Work item – Begin at the line containing "f 177 126 111" in the entries below and end at the line containing "f 162 83 81"; transcribe that range exactly and nothing outside it.

==================================================

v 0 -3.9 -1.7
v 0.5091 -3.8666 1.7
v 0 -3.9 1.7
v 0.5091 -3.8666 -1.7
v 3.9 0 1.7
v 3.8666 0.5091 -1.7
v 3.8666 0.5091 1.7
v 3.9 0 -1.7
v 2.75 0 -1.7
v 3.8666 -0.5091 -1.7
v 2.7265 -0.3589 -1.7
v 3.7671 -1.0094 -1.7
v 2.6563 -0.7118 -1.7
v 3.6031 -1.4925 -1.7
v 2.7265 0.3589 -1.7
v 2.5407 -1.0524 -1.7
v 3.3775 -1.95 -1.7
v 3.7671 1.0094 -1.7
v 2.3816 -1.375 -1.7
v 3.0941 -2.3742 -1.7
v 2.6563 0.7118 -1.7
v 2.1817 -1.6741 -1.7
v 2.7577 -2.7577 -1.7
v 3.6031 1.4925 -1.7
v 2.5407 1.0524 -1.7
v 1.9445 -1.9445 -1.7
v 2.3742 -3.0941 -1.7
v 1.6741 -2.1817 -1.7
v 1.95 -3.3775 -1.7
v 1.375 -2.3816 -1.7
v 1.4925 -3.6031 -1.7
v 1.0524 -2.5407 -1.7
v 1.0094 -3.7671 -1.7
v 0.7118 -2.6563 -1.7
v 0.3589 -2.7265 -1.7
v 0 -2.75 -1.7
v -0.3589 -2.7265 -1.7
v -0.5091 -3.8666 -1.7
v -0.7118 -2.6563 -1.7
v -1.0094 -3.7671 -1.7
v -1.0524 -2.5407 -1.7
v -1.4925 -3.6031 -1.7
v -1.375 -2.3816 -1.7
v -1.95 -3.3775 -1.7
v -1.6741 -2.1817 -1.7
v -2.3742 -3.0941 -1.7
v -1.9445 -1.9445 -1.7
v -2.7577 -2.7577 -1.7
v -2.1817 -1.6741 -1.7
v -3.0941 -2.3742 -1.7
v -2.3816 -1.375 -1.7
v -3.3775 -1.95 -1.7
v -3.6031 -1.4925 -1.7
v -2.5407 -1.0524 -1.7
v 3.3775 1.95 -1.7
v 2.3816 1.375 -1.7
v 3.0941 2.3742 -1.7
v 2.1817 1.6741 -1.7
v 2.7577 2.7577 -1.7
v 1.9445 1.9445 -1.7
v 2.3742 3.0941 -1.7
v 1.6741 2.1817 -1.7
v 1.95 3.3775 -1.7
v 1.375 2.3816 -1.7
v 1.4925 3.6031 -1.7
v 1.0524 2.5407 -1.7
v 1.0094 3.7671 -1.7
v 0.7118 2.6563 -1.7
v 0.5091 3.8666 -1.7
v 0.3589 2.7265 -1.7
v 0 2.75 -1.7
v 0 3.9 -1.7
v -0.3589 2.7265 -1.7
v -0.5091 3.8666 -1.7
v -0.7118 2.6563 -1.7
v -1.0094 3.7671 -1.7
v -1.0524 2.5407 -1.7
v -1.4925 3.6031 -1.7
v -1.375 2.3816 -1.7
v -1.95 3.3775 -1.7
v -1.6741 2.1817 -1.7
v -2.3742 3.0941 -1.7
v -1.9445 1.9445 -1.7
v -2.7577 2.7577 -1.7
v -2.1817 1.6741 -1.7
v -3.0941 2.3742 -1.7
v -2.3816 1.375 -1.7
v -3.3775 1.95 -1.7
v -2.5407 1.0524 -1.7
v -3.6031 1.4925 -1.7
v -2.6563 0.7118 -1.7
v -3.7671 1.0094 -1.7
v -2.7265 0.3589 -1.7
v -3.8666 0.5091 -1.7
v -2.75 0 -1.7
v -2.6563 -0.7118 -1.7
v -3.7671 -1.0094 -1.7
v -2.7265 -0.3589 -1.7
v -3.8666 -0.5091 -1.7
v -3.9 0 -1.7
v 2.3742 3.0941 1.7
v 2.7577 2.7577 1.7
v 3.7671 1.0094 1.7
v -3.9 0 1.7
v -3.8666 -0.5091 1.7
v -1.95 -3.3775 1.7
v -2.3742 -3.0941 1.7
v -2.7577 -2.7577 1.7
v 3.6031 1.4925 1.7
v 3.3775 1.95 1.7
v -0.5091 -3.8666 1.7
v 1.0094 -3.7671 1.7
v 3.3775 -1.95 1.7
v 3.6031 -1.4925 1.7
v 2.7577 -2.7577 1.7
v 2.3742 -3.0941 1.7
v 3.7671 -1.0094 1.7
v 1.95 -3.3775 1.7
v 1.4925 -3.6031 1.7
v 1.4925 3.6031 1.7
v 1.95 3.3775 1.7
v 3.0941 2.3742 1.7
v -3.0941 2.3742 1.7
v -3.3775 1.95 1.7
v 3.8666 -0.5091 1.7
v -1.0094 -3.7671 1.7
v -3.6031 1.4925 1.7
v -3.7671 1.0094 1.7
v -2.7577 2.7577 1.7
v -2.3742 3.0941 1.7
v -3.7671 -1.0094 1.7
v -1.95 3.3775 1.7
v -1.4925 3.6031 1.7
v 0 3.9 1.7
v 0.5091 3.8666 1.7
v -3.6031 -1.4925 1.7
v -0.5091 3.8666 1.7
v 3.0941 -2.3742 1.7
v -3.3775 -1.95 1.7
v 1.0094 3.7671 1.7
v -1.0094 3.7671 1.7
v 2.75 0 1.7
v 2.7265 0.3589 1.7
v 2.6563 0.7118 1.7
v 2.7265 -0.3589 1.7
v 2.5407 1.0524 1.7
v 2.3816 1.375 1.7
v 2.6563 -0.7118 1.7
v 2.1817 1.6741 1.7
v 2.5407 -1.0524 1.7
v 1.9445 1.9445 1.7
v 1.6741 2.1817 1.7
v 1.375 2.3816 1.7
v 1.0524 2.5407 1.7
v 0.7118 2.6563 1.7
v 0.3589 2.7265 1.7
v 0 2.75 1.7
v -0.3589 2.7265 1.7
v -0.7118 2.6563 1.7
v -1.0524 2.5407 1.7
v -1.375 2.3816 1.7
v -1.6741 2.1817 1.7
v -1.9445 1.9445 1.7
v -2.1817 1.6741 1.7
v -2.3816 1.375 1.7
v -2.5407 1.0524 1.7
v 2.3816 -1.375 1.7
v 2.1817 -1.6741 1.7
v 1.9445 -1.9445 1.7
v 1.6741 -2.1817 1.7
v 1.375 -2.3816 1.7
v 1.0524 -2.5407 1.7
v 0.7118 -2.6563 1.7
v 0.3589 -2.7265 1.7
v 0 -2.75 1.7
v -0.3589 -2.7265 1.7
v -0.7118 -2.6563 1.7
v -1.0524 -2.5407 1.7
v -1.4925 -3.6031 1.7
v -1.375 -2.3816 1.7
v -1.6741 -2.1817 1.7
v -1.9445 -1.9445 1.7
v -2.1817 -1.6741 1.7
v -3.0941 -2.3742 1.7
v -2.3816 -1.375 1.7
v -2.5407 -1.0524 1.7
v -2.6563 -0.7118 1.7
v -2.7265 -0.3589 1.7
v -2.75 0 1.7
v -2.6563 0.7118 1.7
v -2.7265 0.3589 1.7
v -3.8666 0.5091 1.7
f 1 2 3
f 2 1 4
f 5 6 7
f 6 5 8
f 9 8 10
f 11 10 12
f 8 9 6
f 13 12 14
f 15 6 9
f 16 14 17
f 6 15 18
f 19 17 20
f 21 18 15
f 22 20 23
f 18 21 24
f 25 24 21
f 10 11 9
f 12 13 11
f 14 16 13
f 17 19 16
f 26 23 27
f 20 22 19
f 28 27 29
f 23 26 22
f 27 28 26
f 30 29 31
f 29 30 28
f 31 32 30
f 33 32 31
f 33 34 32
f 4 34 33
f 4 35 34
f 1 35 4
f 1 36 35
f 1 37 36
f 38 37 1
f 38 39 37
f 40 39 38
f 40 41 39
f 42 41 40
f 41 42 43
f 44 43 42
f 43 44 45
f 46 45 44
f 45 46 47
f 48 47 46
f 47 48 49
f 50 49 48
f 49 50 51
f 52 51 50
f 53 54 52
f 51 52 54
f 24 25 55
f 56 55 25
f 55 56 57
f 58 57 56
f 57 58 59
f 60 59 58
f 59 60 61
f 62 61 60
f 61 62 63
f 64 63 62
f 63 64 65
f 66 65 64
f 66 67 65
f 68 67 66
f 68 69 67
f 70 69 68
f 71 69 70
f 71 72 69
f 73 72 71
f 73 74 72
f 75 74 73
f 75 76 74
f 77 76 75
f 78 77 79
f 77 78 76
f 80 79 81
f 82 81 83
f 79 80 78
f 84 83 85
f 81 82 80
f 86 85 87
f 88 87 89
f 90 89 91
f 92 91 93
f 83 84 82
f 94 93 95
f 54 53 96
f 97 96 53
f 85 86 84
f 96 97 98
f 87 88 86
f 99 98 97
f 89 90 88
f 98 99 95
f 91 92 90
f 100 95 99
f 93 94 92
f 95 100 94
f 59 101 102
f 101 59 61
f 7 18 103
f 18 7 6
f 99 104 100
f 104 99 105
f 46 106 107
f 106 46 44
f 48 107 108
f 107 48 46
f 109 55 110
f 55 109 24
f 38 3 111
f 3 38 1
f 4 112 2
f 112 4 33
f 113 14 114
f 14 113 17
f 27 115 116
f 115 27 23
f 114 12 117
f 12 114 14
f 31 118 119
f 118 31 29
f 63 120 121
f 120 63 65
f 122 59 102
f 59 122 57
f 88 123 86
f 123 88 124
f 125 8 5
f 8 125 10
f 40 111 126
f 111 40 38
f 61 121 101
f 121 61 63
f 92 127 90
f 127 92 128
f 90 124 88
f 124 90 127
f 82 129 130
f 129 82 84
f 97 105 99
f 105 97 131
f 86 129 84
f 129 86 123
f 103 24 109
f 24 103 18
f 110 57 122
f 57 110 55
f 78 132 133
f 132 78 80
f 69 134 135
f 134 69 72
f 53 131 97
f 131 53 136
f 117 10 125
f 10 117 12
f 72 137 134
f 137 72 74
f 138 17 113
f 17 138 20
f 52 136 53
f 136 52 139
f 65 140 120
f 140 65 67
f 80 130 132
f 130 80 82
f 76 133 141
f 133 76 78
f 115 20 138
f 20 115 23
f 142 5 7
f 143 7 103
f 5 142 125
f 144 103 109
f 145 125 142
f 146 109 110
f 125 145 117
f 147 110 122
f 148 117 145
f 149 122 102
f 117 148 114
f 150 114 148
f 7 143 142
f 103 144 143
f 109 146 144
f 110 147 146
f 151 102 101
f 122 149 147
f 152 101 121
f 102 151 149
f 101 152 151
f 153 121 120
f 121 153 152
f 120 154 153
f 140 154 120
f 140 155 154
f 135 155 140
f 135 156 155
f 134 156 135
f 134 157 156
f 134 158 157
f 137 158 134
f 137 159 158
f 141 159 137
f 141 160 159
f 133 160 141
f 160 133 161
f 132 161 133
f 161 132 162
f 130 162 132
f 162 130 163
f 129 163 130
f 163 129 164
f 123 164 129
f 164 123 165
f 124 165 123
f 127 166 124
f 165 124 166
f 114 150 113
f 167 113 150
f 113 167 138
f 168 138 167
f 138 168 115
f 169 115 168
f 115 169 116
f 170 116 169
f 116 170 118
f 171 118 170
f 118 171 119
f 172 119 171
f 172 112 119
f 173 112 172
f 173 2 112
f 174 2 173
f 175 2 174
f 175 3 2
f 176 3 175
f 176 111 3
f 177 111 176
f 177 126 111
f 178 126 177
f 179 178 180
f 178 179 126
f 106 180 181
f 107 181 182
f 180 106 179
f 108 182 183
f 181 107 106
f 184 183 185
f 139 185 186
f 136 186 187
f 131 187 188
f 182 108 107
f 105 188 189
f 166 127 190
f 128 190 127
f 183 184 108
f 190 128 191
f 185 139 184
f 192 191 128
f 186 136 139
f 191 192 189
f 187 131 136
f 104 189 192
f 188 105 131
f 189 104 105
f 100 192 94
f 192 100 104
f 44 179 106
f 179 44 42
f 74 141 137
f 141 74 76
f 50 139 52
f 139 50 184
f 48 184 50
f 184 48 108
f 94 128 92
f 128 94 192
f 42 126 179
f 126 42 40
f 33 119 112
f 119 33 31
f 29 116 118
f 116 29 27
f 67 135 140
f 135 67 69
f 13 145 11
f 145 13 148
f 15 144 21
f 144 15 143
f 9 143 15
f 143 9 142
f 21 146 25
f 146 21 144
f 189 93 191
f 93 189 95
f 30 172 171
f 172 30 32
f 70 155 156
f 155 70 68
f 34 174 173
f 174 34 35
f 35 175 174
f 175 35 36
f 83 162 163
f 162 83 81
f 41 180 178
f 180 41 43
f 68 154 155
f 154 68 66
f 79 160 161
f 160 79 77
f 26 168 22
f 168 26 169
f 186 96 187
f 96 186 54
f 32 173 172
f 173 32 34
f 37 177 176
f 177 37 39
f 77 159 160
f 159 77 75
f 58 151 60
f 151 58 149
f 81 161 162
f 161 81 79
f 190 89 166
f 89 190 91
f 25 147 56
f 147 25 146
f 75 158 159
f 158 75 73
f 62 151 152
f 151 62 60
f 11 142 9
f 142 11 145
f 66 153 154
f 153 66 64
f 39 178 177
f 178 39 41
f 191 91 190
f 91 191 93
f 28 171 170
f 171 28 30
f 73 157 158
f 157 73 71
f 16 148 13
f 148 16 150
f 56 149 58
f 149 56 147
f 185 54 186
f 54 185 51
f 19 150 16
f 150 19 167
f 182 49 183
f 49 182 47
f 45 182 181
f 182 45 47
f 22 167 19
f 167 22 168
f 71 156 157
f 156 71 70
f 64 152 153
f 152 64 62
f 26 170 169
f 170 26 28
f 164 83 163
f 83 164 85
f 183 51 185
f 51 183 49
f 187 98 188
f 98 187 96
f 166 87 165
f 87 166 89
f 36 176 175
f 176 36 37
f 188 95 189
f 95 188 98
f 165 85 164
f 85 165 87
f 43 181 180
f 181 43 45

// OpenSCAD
difference()
{
	cylinder(d=7.8,h=3.4,center=true,$fn=24*2);
	cylinder(d=5.5,h=3.4+0.2,center=true,$fn=24*2);
}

==================================================

Written answer –
f 177 126 111
f 178 126 177
f 179 178 180
f 178 179 126
f 106 180 181
f 107 181 182
f 180 106 179
f 108 182 183
f 181 107 106
f 184 183 185
f 139 185 186
f 136 186 187
f 131 187 188
f 182 108 107
f 105 188 189
f 166 127 190
f 128 190 127
f 183 184 108
f 190 128 191
f 185 139 184
f 192 191 128
f 186 136 139
f 191 192 189
f 187 131 136
f 104 189 192
f 188 105 131
f 189 104 105
f 100 192 94
f 192 100 104
f 44 179 106
f 179 44 42
f 74 141 137
f 141 74 76
f 50 139 52
f 139 50 184
f 48 184 50
f 184 48 108
f 94 128 92
f 128 94 192
f 42 126 179
f 126 42 40
f 33 119 112
f 119 33 31
f 29 116 118
f 116 29 27
f 67 135 140
f 135 67 69
f 13 145 11
f 145 13 148
f 15 144 21
f 144 15 143
f 9 143 15
f 143 9 142
f 21 146 25
f 146 21 144
f 189 93 191
f 93 189 95
f 30 172 171
f 172 30 32
f 70 155 156
f 155 70 68
f 34 174 173
f 174 34 35
f 35 175 174
f 175 35 36
f 83 162 163
f 162 83 81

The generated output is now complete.